Auch Landschaftsarchitekt Henning Breimann von Breimann + Cie forderte in seinem Vortrag auf, die Komplexität unserer Entwürfe zu steigern, um die Biodiversität zu stärken. Hinsichtlich Bäume und Klima bräuchten wir ein transgeneratives Denken und mehr Demut im Umgang mit unserer Schöpfung. Breimann holte weit aus und referierte über den Wert von Wald, Hecken, Wasser und Boden, sowie die Bedeutung von oralen und olfaktorischen Erlebnissen im Garten.
Den Abschlussvortrag hielt Mojib Latif, Meteorologe, Ozeanograph und Klimaforscher. Der Experte für globale Erwärmung und Präsident des Club of Rome führte zurück in die Historie: Sowohl über die Gefahren eines Kohlenstoffdioxid-Anstiegs, als auch über die Endlichkeit fossiler Brennstoffe und Notwendigkeit, regenerative Energien zu nutzen, informierten Wissenschaftler bereits vor über 100 Jahren. Trotz Latifs Aussage, „mite Physik kann man nicht verhandeln und keine Kompromisse schließen”, und obwohl wir es mit trägen Systemen zu tun haben und faktisch schon die 1,5-Grad-Marke gerissen haben, ermutigte er im Vortrag, nicht aufzugeben sondernLösungen zu suchen. Denn das Klimaproblem sei hauptsächlich ein Energieproblem und bereits heute gäbe es mehr Investitionen in erneuerbare Energien als in fossile.

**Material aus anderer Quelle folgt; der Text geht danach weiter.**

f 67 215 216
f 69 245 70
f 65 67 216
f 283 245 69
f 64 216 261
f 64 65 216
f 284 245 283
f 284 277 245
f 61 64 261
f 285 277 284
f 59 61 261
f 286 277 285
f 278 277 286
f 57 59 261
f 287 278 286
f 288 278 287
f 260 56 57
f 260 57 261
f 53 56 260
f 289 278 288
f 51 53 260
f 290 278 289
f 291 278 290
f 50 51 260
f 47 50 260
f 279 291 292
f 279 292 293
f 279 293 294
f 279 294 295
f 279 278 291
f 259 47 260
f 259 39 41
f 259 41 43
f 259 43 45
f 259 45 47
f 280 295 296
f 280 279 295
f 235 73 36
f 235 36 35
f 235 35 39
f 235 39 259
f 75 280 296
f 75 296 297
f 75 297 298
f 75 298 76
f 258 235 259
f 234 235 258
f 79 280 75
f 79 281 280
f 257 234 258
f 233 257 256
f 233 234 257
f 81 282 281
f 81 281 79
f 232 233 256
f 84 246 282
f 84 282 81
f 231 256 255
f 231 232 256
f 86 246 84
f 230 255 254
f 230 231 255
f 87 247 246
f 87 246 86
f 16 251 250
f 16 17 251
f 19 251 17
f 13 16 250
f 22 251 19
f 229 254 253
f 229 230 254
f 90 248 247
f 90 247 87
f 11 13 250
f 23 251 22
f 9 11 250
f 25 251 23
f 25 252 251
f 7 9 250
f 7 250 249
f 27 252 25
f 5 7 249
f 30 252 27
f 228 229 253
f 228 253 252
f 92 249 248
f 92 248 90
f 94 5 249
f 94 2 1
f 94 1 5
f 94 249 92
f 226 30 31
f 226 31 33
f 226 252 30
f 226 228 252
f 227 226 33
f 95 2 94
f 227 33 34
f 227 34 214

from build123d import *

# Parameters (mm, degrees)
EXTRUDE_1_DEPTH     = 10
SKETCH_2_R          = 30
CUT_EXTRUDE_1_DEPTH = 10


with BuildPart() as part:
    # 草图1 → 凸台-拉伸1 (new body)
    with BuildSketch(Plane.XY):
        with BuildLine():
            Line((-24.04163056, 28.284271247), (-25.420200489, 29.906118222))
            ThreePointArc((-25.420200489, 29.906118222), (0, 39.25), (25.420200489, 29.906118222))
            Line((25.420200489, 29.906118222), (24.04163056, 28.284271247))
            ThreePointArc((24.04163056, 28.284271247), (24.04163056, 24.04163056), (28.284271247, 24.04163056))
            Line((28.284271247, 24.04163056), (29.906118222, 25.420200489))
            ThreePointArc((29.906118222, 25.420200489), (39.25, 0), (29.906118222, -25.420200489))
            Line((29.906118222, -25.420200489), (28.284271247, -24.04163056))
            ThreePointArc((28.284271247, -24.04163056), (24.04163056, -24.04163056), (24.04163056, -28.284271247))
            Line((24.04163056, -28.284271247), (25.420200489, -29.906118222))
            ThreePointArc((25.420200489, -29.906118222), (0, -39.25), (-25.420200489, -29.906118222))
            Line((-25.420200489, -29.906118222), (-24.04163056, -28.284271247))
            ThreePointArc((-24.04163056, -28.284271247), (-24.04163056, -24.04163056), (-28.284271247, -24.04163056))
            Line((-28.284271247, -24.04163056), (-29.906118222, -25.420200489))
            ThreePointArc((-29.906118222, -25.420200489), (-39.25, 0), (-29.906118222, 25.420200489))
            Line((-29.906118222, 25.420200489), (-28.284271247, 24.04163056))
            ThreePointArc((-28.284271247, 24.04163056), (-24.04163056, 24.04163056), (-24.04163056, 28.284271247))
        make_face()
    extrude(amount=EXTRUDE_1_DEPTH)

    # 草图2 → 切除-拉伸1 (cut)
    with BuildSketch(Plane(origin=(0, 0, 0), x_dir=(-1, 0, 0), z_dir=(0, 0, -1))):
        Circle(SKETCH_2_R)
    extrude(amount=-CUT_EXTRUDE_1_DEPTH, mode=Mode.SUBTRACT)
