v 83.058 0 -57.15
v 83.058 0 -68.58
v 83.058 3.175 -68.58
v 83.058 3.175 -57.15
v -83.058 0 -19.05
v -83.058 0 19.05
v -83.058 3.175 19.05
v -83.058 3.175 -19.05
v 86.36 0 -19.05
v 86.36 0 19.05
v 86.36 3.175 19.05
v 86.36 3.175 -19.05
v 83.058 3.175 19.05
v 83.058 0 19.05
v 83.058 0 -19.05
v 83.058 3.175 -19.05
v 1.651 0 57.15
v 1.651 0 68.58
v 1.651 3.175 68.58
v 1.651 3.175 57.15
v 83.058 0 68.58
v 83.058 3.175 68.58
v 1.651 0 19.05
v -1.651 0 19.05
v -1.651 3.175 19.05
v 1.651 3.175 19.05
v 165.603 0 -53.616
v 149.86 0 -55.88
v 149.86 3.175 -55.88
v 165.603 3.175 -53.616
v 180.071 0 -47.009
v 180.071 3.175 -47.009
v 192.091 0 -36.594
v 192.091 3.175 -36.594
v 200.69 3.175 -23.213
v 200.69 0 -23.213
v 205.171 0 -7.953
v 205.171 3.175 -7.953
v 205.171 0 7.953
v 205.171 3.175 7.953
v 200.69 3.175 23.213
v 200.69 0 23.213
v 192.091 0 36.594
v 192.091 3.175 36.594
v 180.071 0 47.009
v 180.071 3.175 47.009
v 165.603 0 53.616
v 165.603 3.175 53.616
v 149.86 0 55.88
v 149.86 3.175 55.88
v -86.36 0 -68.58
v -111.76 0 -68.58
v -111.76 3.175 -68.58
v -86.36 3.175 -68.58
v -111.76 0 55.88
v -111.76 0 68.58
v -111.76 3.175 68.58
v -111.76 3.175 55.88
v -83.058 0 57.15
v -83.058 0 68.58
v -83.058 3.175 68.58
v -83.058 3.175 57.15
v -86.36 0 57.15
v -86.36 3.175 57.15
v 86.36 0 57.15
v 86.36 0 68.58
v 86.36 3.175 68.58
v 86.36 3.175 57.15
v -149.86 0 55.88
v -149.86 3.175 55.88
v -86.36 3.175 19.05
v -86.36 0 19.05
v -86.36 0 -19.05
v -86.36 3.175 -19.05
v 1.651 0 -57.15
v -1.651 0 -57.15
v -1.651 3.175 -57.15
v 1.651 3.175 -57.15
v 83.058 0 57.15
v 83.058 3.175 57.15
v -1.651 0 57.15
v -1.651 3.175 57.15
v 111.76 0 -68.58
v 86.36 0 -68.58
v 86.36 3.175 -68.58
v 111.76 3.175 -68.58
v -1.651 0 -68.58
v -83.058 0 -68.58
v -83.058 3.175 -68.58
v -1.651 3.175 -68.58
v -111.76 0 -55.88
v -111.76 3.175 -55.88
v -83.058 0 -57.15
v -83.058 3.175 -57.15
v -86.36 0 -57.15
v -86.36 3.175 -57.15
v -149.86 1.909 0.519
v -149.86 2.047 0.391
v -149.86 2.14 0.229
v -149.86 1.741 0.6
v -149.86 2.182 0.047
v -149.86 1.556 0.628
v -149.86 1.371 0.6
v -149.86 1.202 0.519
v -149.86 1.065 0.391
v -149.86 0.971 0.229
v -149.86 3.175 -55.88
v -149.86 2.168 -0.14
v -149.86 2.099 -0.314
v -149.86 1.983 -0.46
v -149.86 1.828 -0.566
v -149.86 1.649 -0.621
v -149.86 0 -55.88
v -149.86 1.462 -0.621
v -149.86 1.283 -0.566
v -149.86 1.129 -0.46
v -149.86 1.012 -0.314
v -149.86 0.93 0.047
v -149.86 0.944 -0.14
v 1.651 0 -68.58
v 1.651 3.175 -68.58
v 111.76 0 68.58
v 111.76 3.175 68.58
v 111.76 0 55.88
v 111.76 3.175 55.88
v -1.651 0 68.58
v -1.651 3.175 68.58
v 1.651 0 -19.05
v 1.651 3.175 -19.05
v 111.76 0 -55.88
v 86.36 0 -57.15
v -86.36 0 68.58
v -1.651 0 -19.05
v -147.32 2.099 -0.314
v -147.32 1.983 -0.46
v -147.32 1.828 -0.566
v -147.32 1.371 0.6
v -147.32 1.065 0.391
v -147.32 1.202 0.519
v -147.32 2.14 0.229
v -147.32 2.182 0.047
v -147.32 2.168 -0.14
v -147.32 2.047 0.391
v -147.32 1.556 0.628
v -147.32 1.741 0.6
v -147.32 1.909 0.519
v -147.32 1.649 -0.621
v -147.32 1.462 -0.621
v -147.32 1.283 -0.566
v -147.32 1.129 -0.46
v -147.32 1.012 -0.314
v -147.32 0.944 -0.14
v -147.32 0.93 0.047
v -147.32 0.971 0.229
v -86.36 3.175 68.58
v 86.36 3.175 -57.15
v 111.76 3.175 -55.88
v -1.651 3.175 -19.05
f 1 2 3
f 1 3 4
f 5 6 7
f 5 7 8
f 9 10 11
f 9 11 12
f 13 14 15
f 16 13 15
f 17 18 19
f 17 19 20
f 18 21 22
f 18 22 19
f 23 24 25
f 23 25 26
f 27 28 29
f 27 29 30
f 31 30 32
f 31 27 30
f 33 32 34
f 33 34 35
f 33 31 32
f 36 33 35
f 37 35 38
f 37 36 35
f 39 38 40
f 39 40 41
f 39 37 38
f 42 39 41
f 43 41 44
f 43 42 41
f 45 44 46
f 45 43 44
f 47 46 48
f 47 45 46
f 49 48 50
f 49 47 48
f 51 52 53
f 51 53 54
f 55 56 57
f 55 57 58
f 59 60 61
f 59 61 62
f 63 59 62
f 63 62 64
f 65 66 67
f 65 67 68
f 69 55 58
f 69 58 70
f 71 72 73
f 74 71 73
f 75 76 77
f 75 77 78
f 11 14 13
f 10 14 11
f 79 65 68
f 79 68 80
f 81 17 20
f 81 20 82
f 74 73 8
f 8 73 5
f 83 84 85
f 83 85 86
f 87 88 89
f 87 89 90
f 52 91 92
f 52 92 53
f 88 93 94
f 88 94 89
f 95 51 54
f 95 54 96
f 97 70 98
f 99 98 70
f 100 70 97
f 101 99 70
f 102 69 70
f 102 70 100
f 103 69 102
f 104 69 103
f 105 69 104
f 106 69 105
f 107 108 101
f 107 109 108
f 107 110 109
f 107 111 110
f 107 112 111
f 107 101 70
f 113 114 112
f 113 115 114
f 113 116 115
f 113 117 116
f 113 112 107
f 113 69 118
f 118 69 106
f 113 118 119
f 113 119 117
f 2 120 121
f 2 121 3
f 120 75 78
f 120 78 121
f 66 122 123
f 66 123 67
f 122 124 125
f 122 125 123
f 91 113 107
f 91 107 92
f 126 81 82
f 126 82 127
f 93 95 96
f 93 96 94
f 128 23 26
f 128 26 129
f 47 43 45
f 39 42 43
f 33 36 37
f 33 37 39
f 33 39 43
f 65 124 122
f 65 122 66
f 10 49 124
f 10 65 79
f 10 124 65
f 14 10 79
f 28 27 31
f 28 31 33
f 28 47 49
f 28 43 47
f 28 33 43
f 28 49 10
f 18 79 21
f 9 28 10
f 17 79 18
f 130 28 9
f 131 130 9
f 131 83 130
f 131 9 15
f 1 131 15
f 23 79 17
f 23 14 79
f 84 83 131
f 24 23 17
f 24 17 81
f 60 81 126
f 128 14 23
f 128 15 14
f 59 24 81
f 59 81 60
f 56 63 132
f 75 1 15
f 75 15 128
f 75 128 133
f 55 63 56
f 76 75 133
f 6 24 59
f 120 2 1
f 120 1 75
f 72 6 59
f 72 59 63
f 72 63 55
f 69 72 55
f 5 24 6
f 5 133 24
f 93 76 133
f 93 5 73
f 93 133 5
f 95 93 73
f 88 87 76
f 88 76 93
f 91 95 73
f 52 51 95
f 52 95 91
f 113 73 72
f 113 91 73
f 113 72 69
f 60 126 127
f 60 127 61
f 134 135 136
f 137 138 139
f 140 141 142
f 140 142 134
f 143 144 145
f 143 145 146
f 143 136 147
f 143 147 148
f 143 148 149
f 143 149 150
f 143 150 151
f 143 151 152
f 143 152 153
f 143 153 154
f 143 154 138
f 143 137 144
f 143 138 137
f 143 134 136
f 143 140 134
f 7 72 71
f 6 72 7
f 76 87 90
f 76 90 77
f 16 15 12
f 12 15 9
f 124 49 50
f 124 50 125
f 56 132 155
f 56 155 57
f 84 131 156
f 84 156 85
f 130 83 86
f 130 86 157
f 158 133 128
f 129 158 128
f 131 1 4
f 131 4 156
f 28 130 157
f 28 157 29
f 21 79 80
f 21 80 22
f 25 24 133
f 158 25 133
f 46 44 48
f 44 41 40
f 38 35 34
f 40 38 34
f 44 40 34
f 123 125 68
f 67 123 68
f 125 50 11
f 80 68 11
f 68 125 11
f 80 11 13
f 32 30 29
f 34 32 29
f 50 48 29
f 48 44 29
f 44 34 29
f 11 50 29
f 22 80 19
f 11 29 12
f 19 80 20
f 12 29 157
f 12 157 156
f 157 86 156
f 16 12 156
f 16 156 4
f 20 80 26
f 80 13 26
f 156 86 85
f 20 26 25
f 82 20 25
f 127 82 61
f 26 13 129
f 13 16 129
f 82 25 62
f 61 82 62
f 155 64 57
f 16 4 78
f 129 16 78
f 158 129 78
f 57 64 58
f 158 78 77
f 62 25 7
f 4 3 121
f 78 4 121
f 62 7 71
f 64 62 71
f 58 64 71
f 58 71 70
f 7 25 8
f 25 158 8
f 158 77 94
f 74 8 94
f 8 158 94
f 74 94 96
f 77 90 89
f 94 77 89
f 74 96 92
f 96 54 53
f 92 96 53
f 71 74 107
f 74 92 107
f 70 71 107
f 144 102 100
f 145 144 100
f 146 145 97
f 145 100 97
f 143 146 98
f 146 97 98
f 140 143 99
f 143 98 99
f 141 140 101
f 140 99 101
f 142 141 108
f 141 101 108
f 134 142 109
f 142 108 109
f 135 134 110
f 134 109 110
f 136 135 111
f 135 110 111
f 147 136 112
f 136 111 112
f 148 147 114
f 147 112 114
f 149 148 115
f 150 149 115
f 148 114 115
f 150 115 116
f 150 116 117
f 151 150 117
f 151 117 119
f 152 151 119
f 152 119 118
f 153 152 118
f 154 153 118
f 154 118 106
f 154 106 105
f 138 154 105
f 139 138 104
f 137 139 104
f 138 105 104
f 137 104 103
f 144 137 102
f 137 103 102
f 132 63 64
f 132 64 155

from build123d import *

# Parameters (mm, degrees)
SKETCH1_W           = 3.302
SKETCH1_H           = 38.1
BOSS_EXTRUDE1_DEPTH = 3.175
SKETCH2_R           = 0.627804746
CUT_EXTRUDE1_DEPTH  = 2.54


with BuildPart() as part:
    # Sketch1 → Boss-Extrude1 (new body)
    with BuildSketch(Plane(origin=(0, 0, 0), x_dir=(1, 0, 0), z_dir=(0, 1, 0))):
        with BuildLine():
            Line((-149.86, -55.88), (-149.86, 55.88))
            Line((-149.86, 55.88), (-111.76, 55.88))
            Line((-111.76, 55.88), (-111.76, 68.58))
            Line((-111.76, 68.58), (-86.36, 68.58))
            Line((-86.36, 68.58), (-86.36, 57.15))
            Line((-86.36, 57.15), (-83.058, 57.15))
            Line((-83.058, 57.15), (-83.058, 68.58))
            Line((-83.058, 68.58), (-1.651, 68.58))
            Line((-1.651, 68.58), (-1.651, 57.15))
            Line((-1.651, 57.15), (1.651, 57.15))
            Line((1.651, 57.15), (1.651, 68.58))
            Line((1.651, 68.58), (83.058, 68.58))
            Line((83.058, 68.58), (83.058, 57.15))
            Line((83.058, 57.15), (86.36, 57.15))
            Line((86.36, 57.15), (86.36, 68.58))
            Line((86.36, 68.58), (111.76, 68.58))
            Line((111.76, 68.58), (111.76, 55.88))
            Line((111.76, 55.88), (149.86, 55.88))
            ThreePointArc((149.86, 55.88), (205.74, 0), (149.86, -55.88))
            Line((149.86, -55.88), (111.76, -55.88))
            Line((111.76, -55.88), (111.76, -68.58))
            Line((111.76, -68.58), (86.36, -68.58))
            Line((86.36, -68.58), (86.36, -57.15))
            Line((86.36, -57.15), (83.058, -57.15))
            Line((83.058, -57.15), (83.058, -68.58))
            Line((83.058, -68.58), (1.651, -68.58))
            Line((1.651, -68.58), (1.651, -57.15))
            Line((1.651, -57.15), (-1.651, -57.15))
            Line((-1.651, -57.15), (-1.651, -68.58))
            Line((-1.651, -68.58), (-83.058, -68.58))
            Line((-83.058, -68.58), (-83.058, -57.15))
            Line((-83.058, -57.15), (-86.36, -57.15))
            Line((-86.36, -57.15), (-86.36, -68.58))
            Line((-86.36, -68.58), (-111.76, -68.58))
            Line((-111.76, -68.58), (-111.76, -55.88))
            Line((-111.76, -55.88), (-149.86, -55.88))
        make_face()
        Rectangle(SKETCH1_W, SKETCH1_H, mode=Mode.SUBTRACT)
        with Locations((-84.709, 0)):
            Rectangle(SKETCH1_W, SKETCH1_H, mode=Mode.SUBTRACT)
        with Locations((84.709, 0)):
            Rectangle(SKETCH1_W, SKETCH1_H, mode=Mode.SUBTRACT)
    extrude(amount=BOSS_EXTRUDE1_DEPTH)

    # Sketch2 → Cut-Extrude1 (cut)
    with BuildSketch(Plane.ZY.offset(149.86)):
        with Locations((0, 1.55575)):
            Circle(SKETCH2_R)
    extrude(amount=-CUT_EXTRUDE1_DEPTH, mode=Mode.SUBTRACT)


solid = part.part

Baumschule Lorenz von Ehren
“Unser größtes Kapital sind die Mitarbeiter”, so Bernhard von Ehren bei der Präsentation des 160 Jahre alten Unternehmens, das in 5. Generation geführt wird. Am Hauptstandort in Hamburg Süden arbeiten rund 140 Mitarbeiter, insgesamt sind es 200 Festangestellte, ergänzt durch Saisonkräfte. Das Sortiment umfasst von der Aussaat bis zu 100-Jahre alten Exemplare.
Das 160jährige Jubiläum feierte die Baumschule als dreitägige Veranstaltung vom 18. Bis 20. September mit Symposium, Exkursionen und Fachvorträgen im Rahmen der von Ehren-Akademie und einem abschließenden Tag der offenen Tür.